Advantages of the Invention
[0012] The composition or kit for inhibiting muscle atrophy according to the present invention has a high effect of inhibiting muscle atrophy. The composition or kit for suppressing the expression of muscle atrophy-causing genes according to the present invention has a high effect of suppressing the expression of muscle atrophy-causing genes. The composition or kit for promoting an increase in muscle cell protein according to the present invention has a high effect of promoting an increase in muscle cell protein.
Brief Description of the Drawings
[0013] [Figure 1] Figure 1 shows the results of Example 1. The left side of Figure 1 shows the mRNA expression level of the Mafbx gene in muscle cells under each addition condition of dexamethasone (DEX), water-soluble turmeric extract (AE), and leucine (Leu), normalized as a relative value to the mRNA expression level of the internal standard gene Ppia, and further shown as a relative value to the normalized mRNA expression level of the Mafbx gene in the control (DEX: -, AE: 0, Leu: 0) group. The right side of Figure 1 shows the mRNA expression level of the Murf1 gene in muscle cells under each addition condition of DEX, AE, and Leu in the same relative value. [Figure 2]Figure 2 shows the results of Example 2. Figure 2 left shows the measured total protein content of muscle cells cultured under conditions in which 100 μg / mL of water-soluble turmeric extract (AE) and 10 μM leucine (Leu) were added individually or in combination. Figure 2 right shows the measured total protein content of muscle cells cultured under conditions in which 100 μg / mL of water-soluble turmeric extract (AE) and 5 μM leucine (Leu) were added individually or in combination. [Figure 3] Figure 3 shows the results of Example 3. It shows the measured total protein content of muscle cells cultured under conditions in which 2.5 μM bisacron (Bis) and 10 μM leucine (Leu) were added, either individually or in combination. [Figure 4] Figure 4 shows the results of Example 4. Figure 4 left shows the mRNA expression levels of the Mafbx gene in muscle cells under the conditions of dexamethasone (DEX) and turmeronol B (TB) addition, normalized as a relative value to the mRNA expression level of the internal standard gene Ppia, and further shown as a relative value to the normalized mRNA expression level of the Mafbx gene in the control group (DEX:-, TB:0).
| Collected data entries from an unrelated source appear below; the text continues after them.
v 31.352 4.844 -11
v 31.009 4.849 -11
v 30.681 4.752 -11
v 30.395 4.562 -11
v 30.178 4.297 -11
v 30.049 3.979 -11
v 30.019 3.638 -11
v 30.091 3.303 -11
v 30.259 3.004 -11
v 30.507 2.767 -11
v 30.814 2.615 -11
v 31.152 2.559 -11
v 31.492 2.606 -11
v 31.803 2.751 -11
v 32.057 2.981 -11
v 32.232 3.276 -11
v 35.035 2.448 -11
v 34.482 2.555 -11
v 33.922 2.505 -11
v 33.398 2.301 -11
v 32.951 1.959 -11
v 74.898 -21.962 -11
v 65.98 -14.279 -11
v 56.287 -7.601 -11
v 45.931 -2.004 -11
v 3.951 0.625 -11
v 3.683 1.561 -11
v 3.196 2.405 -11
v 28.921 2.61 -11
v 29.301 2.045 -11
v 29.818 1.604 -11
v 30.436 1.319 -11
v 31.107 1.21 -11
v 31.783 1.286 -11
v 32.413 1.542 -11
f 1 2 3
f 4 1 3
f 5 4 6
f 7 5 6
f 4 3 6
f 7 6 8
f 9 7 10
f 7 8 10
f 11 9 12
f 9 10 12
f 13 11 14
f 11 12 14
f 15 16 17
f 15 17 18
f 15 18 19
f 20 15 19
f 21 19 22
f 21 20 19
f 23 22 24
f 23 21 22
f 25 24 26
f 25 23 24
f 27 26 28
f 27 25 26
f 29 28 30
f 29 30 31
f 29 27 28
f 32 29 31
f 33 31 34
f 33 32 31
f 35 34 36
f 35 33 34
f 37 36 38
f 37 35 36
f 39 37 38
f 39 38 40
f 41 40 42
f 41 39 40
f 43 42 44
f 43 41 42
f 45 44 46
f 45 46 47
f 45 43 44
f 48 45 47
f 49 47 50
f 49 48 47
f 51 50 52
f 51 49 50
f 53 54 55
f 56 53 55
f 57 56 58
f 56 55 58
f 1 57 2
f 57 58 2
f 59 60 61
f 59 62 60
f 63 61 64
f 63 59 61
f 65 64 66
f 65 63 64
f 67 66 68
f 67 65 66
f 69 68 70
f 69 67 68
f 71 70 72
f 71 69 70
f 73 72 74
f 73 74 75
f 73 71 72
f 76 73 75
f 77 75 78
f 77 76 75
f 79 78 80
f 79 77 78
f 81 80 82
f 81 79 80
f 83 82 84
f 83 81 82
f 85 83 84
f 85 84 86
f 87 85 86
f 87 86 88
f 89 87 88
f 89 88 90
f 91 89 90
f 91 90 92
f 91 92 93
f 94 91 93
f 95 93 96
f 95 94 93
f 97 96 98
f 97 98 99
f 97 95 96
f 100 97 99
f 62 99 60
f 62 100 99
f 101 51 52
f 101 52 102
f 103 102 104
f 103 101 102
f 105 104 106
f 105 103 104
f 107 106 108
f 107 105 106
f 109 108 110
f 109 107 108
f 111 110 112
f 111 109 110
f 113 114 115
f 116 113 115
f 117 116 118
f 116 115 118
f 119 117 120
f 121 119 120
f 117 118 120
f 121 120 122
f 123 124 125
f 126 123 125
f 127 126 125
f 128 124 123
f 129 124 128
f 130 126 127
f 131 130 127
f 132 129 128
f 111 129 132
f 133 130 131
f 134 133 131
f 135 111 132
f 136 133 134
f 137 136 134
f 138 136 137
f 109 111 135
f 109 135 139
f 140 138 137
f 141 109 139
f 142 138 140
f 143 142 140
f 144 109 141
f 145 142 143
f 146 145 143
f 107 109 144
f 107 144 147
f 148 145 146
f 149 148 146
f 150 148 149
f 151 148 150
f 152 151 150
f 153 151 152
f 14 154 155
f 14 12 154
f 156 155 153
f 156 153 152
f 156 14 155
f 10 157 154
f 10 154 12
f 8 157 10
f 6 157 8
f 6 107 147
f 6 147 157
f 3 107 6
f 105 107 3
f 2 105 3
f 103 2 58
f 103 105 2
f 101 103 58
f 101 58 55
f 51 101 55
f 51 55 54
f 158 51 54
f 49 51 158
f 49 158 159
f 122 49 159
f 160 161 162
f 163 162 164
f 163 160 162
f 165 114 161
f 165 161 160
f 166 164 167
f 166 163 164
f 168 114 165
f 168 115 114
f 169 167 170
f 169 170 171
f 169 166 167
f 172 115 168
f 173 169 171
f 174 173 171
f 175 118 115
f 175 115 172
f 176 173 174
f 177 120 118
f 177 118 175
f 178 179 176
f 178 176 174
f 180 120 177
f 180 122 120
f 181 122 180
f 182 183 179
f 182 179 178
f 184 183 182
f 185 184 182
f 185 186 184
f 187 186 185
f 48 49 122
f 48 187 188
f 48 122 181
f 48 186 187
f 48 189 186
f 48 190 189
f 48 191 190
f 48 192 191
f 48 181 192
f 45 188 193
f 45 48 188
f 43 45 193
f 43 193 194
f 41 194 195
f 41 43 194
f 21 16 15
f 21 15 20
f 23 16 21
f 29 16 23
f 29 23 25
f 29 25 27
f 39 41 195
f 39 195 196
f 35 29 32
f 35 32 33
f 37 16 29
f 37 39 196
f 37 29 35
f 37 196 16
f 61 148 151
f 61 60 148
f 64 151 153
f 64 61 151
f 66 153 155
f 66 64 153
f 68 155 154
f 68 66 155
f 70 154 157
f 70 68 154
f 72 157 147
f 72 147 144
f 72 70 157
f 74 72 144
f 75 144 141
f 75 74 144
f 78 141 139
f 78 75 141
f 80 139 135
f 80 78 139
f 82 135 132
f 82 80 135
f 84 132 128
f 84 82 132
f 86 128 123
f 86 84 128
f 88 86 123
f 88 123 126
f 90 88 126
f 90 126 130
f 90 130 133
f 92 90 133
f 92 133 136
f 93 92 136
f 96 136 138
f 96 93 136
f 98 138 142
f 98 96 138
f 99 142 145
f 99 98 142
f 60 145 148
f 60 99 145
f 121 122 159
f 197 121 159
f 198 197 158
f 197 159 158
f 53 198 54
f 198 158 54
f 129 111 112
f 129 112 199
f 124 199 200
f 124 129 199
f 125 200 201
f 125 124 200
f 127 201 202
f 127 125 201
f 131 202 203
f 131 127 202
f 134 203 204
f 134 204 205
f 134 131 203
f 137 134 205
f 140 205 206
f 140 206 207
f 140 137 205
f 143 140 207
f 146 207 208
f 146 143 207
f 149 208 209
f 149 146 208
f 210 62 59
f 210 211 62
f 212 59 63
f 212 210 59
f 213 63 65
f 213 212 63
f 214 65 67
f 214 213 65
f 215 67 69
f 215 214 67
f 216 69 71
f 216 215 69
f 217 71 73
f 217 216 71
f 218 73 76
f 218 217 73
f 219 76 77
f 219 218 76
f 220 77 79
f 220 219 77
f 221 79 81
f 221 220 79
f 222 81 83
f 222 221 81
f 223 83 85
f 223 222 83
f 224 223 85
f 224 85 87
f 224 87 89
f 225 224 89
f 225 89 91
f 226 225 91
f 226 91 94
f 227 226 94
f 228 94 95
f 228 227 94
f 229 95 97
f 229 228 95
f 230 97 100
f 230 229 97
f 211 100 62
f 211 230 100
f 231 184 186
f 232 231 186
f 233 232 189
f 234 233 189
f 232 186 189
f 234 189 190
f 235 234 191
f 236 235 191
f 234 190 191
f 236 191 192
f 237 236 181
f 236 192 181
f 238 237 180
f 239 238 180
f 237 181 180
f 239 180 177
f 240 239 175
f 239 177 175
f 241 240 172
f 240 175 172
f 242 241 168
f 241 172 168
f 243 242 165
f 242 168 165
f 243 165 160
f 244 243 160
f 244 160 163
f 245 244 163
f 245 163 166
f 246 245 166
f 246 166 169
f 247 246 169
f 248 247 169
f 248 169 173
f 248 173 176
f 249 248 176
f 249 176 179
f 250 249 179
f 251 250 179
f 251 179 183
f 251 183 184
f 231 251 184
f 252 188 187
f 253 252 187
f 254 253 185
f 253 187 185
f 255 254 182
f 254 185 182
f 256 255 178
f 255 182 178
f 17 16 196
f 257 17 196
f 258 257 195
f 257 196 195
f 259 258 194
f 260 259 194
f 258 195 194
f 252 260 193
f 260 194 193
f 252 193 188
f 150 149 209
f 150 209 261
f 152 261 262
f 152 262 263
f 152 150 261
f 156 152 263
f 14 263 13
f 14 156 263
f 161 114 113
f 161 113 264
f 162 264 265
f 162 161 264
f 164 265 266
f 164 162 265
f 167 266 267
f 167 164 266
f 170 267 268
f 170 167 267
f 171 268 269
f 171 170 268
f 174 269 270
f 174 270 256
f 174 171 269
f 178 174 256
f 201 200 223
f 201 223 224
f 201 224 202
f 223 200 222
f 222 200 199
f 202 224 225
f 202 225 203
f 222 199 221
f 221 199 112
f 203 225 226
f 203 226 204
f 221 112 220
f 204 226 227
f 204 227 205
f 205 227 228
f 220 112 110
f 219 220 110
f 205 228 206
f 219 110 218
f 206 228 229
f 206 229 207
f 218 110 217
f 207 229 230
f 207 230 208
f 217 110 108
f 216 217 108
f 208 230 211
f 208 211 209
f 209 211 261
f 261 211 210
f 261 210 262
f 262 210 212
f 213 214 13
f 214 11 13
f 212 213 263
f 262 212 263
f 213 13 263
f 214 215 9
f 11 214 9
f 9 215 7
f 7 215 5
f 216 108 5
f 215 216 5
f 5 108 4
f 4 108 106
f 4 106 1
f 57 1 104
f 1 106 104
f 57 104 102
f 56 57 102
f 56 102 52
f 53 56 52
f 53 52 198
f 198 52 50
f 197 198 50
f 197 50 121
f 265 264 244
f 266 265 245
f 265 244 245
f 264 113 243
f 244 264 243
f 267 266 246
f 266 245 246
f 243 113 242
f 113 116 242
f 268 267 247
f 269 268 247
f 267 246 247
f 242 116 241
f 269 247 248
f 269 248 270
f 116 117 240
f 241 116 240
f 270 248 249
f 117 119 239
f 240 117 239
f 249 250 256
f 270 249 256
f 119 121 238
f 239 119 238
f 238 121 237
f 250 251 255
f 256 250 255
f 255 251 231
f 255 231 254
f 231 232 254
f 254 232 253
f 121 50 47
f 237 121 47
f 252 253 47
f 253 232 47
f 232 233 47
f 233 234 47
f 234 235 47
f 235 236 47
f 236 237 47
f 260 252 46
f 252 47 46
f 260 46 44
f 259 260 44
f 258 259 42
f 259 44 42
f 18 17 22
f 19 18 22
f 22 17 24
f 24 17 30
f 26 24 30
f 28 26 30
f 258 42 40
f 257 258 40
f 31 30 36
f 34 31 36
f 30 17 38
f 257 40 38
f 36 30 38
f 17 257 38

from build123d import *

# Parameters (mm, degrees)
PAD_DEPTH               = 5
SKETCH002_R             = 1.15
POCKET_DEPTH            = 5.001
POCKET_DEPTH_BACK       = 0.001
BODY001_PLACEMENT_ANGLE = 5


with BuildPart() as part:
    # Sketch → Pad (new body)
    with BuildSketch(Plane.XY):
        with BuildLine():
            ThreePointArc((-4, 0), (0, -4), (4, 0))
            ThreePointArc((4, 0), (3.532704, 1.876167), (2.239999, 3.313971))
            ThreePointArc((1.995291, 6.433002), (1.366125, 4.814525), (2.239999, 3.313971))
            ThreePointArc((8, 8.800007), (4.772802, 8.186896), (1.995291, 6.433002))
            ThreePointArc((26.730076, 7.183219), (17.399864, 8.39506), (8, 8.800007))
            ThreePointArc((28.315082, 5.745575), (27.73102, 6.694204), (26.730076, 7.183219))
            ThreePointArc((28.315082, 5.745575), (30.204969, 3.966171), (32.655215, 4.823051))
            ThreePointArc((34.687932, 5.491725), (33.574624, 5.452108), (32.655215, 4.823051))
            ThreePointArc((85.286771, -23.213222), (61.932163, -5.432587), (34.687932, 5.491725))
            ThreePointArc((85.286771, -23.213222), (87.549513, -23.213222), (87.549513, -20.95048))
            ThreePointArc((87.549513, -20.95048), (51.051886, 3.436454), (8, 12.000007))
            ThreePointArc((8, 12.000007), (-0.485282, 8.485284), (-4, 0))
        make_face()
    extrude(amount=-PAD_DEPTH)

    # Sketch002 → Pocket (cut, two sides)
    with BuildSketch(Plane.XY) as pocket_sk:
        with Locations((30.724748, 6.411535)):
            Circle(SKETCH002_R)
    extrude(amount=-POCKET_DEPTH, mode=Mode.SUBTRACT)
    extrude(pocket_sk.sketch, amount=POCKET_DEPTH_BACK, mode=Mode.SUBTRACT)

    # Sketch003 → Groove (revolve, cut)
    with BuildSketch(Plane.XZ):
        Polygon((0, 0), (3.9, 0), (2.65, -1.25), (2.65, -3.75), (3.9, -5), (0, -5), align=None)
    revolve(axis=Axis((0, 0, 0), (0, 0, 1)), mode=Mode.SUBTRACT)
Figure 4 right similarly shows the mRNA expression levels of the Murf1 gene in muscle cells under the conditions of DEX and TB addition as relative values. [Modes for carrying out the invention]
[0014] Turmeric In this invention, "turmeric" refers to *Curcuma longa*, a plant belonging to the genus *Curcuma* in the family Zingiberaceae. *Curcuma longa* is sometimes also called "autumn turmeric."
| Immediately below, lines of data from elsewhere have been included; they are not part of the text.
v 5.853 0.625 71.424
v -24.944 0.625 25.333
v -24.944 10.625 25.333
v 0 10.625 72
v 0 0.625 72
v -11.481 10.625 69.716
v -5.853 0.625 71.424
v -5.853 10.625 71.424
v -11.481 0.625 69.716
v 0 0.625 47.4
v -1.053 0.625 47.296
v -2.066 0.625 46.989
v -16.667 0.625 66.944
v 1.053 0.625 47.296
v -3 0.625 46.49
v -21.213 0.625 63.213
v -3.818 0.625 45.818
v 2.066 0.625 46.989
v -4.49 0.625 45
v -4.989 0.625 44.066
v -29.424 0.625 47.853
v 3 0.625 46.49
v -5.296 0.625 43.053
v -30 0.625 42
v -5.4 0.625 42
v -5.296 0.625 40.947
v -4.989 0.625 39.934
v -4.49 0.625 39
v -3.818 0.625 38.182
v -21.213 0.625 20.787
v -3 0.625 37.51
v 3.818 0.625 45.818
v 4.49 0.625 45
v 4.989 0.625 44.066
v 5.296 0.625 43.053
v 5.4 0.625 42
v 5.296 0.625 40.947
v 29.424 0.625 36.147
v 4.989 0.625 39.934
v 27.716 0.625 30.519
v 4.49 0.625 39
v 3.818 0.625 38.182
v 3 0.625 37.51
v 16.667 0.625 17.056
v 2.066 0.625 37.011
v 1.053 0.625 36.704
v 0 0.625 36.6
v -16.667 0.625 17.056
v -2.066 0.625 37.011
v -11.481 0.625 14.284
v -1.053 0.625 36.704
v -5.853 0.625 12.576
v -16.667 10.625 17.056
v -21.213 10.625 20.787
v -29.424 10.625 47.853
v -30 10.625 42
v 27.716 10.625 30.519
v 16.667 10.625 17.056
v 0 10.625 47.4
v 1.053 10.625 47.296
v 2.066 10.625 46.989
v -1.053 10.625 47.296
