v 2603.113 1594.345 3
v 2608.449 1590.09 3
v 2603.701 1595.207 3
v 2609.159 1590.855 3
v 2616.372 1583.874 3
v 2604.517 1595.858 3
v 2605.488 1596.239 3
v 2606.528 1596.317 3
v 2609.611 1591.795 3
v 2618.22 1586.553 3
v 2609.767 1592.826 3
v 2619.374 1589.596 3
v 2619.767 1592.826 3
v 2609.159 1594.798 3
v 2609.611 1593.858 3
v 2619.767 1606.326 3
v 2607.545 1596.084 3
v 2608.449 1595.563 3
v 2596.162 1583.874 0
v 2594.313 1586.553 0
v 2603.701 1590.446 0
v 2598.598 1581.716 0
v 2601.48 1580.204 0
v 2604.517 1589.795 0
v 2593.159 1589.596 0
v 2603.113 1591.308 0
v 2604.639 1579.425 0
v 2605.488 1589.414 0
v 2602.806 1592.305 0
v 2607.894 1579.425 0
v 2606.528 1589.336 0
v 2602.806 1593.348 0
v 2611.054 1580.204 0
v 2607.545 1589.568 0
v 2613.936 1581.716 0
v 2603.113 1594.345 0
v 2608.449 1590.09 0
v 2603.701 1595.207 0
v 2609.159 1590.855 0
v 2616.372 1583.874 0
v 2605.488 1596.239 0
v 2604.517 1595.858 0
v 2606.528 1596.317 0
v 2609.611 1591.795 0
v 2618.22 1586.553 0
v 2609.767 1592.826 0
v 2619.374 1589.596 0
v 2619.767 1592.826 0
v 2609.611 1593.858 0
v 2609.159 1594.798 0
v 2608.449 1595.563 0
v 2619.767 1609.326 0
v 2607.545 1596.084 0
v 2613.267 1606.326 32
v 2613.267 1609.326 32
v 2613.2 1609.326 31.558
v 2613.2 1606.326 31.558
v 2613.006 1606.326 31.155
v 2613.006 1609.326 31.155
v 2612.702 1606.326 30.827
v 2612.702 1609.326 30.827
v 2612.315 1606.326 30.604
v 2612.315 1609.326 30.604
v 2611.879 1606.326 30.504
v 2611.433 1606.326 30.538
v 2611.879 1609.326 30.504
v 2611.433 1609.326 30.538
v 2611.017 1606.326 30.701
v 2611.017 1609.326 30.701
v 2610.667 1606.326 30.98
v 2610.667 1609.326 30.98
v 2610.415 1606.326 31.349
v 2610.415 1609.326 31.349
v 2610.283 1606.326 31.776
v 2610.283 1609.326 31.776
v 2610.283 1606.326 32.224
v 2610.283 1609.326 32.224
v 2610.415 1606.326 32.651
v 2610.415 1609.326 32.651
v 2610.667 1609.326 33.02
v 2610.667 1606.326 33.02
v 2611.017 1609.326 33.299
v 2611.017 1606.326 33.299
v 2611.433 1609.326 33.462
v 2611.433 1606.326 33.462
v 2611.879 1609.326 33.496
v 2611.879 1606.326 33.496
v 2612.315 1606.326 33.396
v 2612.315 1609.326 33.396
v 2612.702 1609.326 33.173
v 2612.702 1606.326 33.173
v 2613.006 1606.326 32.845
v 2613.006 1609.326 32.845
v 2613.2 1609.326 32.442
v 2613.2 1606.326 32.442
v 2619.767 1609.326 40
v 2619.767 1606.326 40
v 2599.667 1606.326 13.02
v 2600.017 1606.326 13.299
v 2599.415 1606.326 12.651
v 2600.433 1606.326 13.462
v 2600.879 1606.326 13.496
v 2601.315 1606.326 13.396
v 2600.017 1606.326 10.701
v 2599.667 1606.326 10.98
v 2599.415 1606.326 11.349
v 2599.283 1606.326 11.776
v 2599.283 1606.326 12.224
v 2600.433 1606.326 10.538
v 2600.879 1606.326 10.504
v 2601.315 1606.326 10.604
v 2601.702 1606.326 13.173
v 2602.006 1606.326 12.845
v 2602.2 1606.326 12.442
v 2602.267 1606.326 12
[0015] <Water-soluble turmeric extract> Water-soluble turmeric extract refers to an extract (turmeric extract) of the turmeric plant raw material using a hydrophilic extraction solvent as described later, and may be further obtained by heating and / or reducing the pressure to volatilize the extraction solvent and drying as needed. These heating, pressure reduction, and drying methods are not particularly limited, and conventionally known methods can be used, for example.
[0016] Turmeric plant raw materials include turmeric rhizomes. Turmeric rhizomes may be used as is after being collected from the soil and washed, or appropriate parts of the rhizome may be used in their original form, cut to appropriate dimensions or shapes, or in the form of crushed material. The turmeric plant raw material may be dried.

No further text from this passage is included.